Willingness and desire prompted me. No struggle until I got older and sexuality became this real thing, at that point I guess I did have to deny part of myself. I haven’t really been supported by my family, but they haven’t really been too nosy either. They just accepted that I was straight because it is the norm.

DominicX's avatar

@mrrich724 No struggle for me, no daddy issues, yet 100% homosexual. Put that in your pipe and smoke it.

JonnyCeltics's avatar

Anyone interested in this questions has got to read Michael Warner’s, “The Trouble With Normal.” Seminal and current text on the queer struggle which speaks to heterosexuality and sexual dualism in general.

Coloma's avatar

I’m 100% red blooded american woman and I like penises!

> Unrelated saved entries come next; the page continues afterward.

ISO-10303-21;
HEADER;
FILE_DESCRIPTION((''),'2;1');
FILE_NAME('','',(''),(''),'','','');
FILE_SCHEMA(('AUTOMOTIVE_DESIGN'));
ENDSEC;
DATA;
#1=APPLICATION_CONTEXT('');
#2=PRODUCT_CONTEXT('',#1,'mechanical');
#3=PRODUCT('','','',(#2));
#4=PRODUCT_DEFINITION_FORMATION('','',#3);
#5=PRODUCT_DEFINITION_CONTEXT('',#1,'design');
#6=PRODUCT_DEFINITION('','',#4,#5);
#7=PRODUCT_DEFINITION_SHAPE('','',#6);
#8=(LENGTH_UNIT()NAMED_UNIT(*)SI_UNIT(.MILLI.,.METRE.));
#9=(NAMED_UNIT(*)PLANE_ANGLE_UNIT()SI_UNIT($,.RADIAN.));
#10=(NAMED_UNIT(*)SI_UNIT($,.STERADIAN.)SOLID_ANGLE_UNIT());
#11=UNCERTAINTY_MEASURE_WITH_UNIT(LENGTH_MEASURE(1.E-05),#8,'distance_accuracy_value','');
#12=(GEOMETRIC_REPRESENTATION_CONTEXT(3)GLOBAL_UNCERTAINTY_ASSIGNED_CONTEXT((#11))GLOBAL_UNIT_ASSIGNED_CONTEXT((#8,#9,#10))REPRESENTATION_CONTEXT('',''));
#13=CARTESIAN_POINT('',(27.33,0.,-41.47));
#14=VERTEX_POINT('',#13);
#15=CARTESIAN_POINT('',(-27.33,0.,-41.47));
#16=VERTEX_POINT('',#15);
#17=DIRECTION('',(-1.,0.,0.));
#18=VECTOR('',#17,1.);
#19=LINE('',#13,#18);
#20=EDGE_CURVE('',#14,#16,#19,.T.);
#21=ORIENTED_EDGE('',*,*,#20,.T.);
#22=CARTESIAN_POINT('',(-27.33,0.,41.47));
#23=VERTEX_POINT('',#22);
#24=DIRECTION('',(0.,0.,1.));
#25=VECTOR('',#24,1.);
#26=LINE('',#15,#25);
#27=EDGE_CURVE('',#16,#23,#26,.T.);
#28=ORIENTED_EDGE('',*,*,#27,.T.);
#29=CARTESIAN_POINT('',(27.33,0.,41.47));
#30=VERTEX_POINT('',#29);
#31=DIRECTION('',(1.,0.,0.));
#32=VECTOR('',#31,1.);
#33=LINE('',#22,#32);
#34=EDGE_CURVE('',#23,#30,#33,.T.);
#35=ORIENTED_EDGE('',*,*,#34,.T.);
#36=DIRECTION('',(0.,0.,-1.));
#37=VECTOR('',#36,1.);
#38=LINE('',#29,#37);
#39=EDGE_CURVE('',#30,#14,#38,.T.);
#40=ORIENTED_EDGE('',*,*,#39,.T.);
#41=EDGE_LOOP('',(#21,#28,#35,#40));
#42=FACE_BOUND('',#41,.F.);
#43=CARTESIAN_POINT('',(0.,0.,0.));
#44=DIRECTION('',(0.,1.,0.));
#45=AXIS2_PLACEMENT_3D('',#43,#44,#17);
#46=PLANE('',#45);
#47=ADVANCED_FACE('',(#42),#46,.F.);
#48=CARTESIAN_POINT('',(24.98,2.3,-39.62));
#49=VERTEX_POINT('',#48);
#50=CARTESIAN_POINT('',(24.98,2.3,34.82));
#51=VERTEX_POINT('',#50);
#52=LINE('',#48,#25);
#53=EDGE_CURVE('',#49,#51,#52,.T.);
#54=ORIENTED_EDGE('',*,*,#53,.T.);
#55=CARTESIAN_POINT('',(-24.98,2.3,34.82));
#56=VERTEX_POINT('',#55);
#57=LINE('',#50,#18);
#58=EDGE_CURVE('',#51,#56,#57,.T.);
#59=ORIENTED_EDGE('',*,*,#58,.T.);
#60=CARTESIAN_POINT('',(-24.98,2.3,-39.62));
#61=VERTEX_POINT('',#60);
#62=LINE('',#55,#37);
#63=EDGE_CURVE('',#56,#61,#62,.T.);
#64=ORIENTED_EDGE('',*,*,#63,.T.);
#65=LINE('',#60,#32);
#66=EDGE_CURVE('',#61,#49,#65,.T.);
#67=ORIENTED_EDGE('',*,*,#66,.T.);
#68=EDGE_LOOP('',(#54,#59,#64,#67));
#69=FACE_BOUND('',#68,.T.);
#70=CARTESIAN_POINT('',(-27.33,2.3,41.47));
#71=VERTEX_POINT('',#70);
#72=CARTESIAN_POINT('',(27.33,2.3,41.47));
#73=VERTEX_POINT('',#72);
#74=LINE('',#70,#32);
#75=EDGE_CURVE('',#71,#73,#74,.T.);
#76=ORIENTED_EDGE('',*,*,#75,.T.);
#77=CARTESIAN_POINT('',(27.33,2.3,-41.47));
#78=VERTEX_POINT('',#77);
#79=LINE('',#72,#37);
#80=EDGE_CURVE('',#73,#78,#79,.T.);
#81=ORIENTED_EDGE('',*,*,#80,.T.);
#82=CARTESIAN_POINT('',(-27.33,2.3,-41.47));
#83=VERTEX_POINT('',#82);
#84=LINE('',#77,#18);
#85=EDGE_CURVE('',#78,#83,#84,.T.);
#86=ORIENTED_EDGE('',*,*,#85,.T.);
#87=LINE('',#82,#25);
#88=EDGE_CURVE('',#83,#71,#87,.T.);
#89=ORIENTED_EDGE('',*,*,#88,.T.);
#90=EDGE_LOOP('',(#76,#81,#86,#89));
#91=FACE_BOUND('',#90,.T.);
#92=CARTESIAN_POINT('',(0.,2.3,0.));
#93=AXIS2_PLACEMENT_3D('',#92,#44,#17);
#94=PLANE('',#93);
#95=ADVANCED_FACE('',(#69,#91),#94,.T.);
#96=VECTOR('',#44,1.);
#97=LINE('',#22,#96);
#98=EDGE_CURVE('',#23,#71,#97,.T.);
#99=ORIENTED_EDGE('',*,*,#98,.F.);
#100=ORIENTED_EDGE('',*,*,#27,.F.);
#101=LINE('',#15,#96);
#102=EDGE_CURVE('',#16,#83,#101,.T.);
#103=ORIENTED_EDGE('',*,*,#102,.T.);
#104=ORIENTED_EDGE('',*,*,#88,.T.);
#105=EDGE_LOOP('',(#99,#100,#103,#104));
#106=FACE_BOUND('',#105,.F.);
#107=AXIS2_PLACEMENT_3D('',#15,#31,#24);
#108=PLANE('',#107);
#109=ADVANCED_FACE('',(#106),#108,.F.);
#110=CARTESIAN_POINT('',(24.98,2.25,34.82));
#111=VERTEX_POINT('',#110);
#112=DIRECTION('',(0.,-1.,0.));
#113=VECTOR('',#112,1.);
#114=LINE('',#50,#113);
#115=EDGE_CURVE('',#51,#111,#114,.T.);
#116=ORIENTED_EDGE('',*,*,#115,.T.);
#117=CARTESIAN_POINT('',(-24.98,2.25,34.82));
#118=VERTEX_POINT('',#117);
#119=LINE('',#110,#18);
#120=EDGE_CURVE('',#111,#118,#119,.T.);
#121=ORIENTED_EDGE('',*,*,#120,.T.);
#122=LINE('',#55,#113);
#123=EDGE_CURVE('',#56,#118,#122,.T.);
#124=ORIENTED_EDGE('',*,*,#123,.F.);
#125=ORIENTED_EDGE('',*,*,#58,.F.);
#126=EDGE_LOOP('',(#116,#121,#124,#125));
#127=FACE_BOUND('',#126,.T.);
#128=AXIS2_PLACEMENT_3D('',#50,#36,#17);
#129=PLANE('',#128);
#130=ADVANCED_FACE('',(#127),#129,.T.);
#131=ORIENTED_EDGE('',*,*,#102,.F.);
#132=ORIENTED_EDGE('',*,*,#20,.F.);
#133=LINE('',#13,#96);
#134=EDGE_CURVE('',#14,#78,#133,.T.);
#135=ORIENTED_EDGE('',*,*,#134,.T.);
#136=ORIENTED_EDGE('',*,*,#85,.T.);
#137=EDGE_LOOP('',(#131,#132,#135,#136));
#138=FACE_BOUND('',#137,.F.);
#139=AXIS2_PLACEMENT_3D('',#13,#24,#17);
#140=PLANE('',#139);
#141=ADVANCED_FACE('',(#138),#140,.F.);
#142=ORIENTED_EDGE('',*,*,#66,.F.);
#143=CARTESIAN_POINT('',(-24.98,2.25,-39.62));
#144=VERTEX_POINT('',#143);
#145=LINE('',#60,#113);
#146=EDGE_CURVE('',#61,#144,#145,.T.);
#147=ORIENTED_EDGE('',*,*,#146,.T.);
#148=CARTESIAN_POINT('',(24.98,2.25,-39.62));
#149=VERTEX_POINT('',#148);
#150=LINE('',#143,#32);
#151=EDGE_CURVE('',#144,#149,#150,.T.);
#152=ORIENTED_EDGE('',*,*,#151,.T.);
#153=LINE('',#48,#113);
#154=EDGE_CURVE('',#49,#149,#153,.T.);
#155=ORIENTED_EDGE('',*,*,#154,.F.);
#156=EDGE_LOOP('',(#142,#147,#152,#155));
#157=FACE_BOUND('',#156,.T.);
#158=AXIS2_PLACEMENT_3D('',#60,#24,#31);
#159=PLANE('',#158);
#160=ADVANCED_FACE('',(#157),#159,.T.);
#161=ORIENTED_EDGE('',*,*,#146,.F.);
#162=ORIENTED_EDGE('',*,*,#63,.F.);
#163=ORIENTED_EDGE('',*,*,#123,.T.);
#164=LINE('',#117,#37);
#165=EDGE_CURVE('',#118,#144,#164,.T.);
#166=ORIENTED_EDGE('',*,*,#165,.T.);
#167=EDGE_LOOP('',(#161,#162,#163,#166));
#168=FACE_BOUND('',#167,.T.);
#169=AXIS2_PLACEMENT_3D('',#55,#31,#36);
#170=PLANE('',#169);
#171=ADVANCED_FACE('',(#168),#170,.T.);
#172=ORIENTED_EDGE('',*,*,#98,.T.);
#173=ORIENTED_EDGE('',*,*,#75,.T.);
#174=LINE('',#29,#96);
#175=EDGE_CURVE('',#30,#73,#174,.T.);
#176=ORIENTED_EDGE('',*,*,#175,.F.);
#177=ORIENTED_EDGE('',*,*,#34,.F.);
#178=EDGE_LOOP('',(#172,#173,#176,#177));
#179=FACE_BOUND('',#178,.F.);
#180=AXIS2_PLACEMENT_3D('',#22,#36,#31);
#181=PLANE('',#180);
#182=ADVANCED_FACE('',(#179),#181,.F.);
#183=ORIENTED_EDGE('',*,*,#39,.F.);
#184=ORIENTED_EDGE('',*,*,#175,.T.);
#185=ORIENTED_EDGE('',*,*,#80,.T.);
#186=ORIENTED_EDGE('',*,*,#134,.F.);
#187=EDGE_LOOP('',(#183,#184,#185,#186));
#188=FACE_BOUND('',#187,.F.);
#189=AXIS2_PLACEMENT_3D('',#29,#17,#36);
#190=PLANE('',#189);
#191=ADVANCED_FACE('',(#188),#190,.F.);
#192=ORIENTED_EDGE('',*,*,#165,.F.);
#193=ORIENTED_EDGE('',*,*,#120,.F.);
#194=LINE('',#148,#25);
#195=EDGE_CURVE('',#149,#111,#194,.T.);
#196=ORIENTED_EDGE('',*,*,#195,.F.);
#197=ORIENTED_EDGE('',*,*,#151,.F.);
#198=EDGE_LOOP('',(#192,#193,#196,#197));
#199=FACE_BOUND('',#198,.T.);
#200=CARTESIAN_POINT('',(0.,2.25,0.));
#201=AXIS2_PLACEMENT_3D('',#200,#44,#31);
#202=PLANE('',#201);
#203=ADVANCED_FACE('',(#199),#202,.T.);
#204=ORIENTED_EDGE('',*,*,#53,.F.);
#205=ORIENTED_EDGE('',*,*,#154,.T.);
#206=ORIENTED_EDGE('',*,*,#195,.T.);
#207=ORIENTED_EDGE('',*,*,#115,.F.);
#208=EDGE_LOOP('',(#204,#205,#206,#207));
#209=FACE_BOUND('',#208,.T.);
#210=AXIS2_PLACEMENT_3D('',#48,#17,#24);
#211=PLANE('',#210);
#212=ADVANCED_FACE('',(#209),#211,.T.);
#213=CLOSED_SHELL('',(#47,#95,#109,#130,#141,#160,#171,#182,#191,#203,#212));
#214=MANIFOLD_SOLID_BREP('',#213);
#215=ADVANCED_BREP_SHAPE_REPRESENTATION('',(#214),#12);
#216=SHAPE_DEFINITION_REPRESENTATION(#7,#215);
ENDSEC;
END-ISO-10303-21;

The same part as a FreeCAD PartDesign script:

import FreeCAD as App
import Part
import Sketcher
Q = App.Units.Quantity

doc = App.newDocument("Part")
body = doc.addObject("PartDesign::Body", "Body")

# Sketch on XZ plane
sketch1 = body.newObject("Sketcher::SketchObject", "Sketch")
sketch1.AttachmentSupport = (doc.getObject("XZ_Plane"), [""])
sketch1.MapMode = "FlatFace"
sketch1.addGeometry([
    Part.LineSegment(App.Vector(-27, -41, 0), App.Vector(-27, 41, 0)),
    Part.LineSegment(App.Vector(-27, 41, 0), App.Vector(27, 41, 0)),
    Part.LineSegment(App.Vector(27, 41, 0), App.Vector(27, -41, 0)),
    Part.LineSegment(App.Vector(27, -41, 0), App.Vector(-27, -41, 0)),
], False)
sketch1.addConstraint([
    Sketcher.Constraint("Coincident", 0, 2, 1, 1),
    Sketcher.Constraint("Coincident", 1, 2, 2, 1),
    Sketcher.Constraint("Coincident", 2, 2, 3, 1),
    Sketcher.Constraint("Coincident", 3, 2, 0, 1),
    Sketcher.Constraint("Vertical", 0),
    Sketcher.Constraint("Horizontal", 1),
    Sketcher.Constraint("Vertical", 2),
    Sketcher.Constraint("Horizontal", 3),
    Sketcher.Constraint("Symmetric", 0, 2, 2, 2, -1, 1),
    Sketcher.Constraint("DistanceX", 1, 1, 1, 2, Q("54.66 mm")),
    Sketcher.Constraint("DistanceY", 0, 1, 0, 2, Q("82.94 mm")),
])
pad1 = body.newObject("PartDesign::Pad", "Pad")
pad1.Profile = sketch1
pad1.Length = 2.3
pad1.Reversed = True

# Sketch on XZ plane
sketch2 = body.newObject("Sketcher::SketchObject", "Sketch001")
sketch2.AttachmentSupport = (doc.getObject("XZ_Plane"), [""])
sketch2.MapMode = "FlatFace"
sketch2.AttachmentOffset = App.Placement(App.Vector(0, 0, -2.3), App.Rotation())
sketch2.addGeometry([
    Part.LineSegment(App.Vector(25, -40, 0), App.Vector(-25, -40, 0)),
    Part.LineSegment(App.Vector(-25, -40, 0), App.Vector(-25, 35, 0)),
    Part.LineSegment(App.Vector(-25, 35, 0), App.Vector(25, 35, 0)),
    Part.LineSegment(App.Vector(25, 35, 0), App.Vector(25, -40, 0)),
], False)
sketch2.addConstraint([
    Sketcher.Constraint("Coincident", 0, 2, 1, 1),
    Sketcher.Constraint("Coincident", 1, 2, 2, 1),
    Sketcher.Constraint("Coincident", 2, 2, 3, 1),
    Sketcher.Constraint("Coincident", 3, 2, 0, 1),
    Sketcher.Constraint("Horizontal", 0),
    Sketcher.Constraint("Vertical", 1),
    Sketcher.Constraint("Horizontal", 2),
    Sketcher.Constraint("Vertical", 3),
    Sketcher.Constraint("DistanceX", 0, 2, 0, 1, Q("49.96 mm")),
    Sketcher.Constraint("DistanceY", 1, 1, 1, 2, Q("74.44 mm")),
    Sketcher.Constraint("DistanceX", 0, 2, -1, 1, Q("24.98 mm")),
    Sketcher.Constraint("DistanceY", 0, 2, -1, 1, Q("39.62 mm")),
])
pocket1 = body.newObject("PartDesign::Pocket", "Pocket")
pocket1.Profile = sketch2
pocket1.Length = 0.05
pocket1.Reversed = True

doc.recompute()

I had the ‘typical’ Jr. high girl on girl exploration, but, I would say it started around 8 years old with my first massive crush on Davey Jones of the Monkees!

Oh my…my little heart was racing with desire even if I didn’t know what desire was at that time. hahaha

Nothing to accept, it is what it is, and I have zero latent homosexual yearnings.

troubleinharlem's avatar

I’m not attracted to girls.

Simple as that.

jlelandg's avatar

NSFW-basically I imagined myself inside a woman and then inside an ass and realized I didn’t want to go there…However when I was a kid I used to imagine women and men inside a bathtub so like the first person said no one is 100% straight or gay.

don’t tell anyone I told you about the bathtub thing!

Blueroses's avatar

Well my first memory of a compulsive desire to kiss somebody was another girl (I didn’t at that time). I found boys were easy to convince and being socially justifiable in my little hick Western town, I stuck with that choice only for many years.
Glad I grew out of it, but I still like boys too.

Winters's avatar

Pretty much it all happened when I was five, (un)fortunately. Parents were away, babysitter was doing homework and I was watching tv. back then we had cable and my flipping through channels landed me on the playboy channel, and my mind went to a happy place. Ever since then, I pretty much just worshiped the female body, that’s the closest I’ll get to the gates of heaven per say.

janbb's avatar

I’ve had issues about my sexuality but not my orientation.

spykenij's avatar

@HungryGuy – How am I being intolerant? I’m not the one excluding a group of people in the subject. I just simply stated my feelings on the matter. I’m not going overboard and asking to have it taken off and I’ve even discussed it further with a gentleman who was curious as to why I felt offended. He raised a good point though, homosexuals have done their research on this topic, yet it has not been as widely discussed for heterosexuals. I immediately felt excluded unfairly, but I’m still posting and no one’s crying or bleeding. Fair enough?

Jeruba's avatar

At about age 5 or 6, when I knew I liked little boys, there were no issues of sexual orientation. The existence of anything but straight heterosexuality was hidden from me until I was a senior in high school. Given the times and the conventions of the times, there was no alternative in the social structure of things. So there never was a question. It was automatic and taken for granted, and I never felt any resistance to it or any reason to resist.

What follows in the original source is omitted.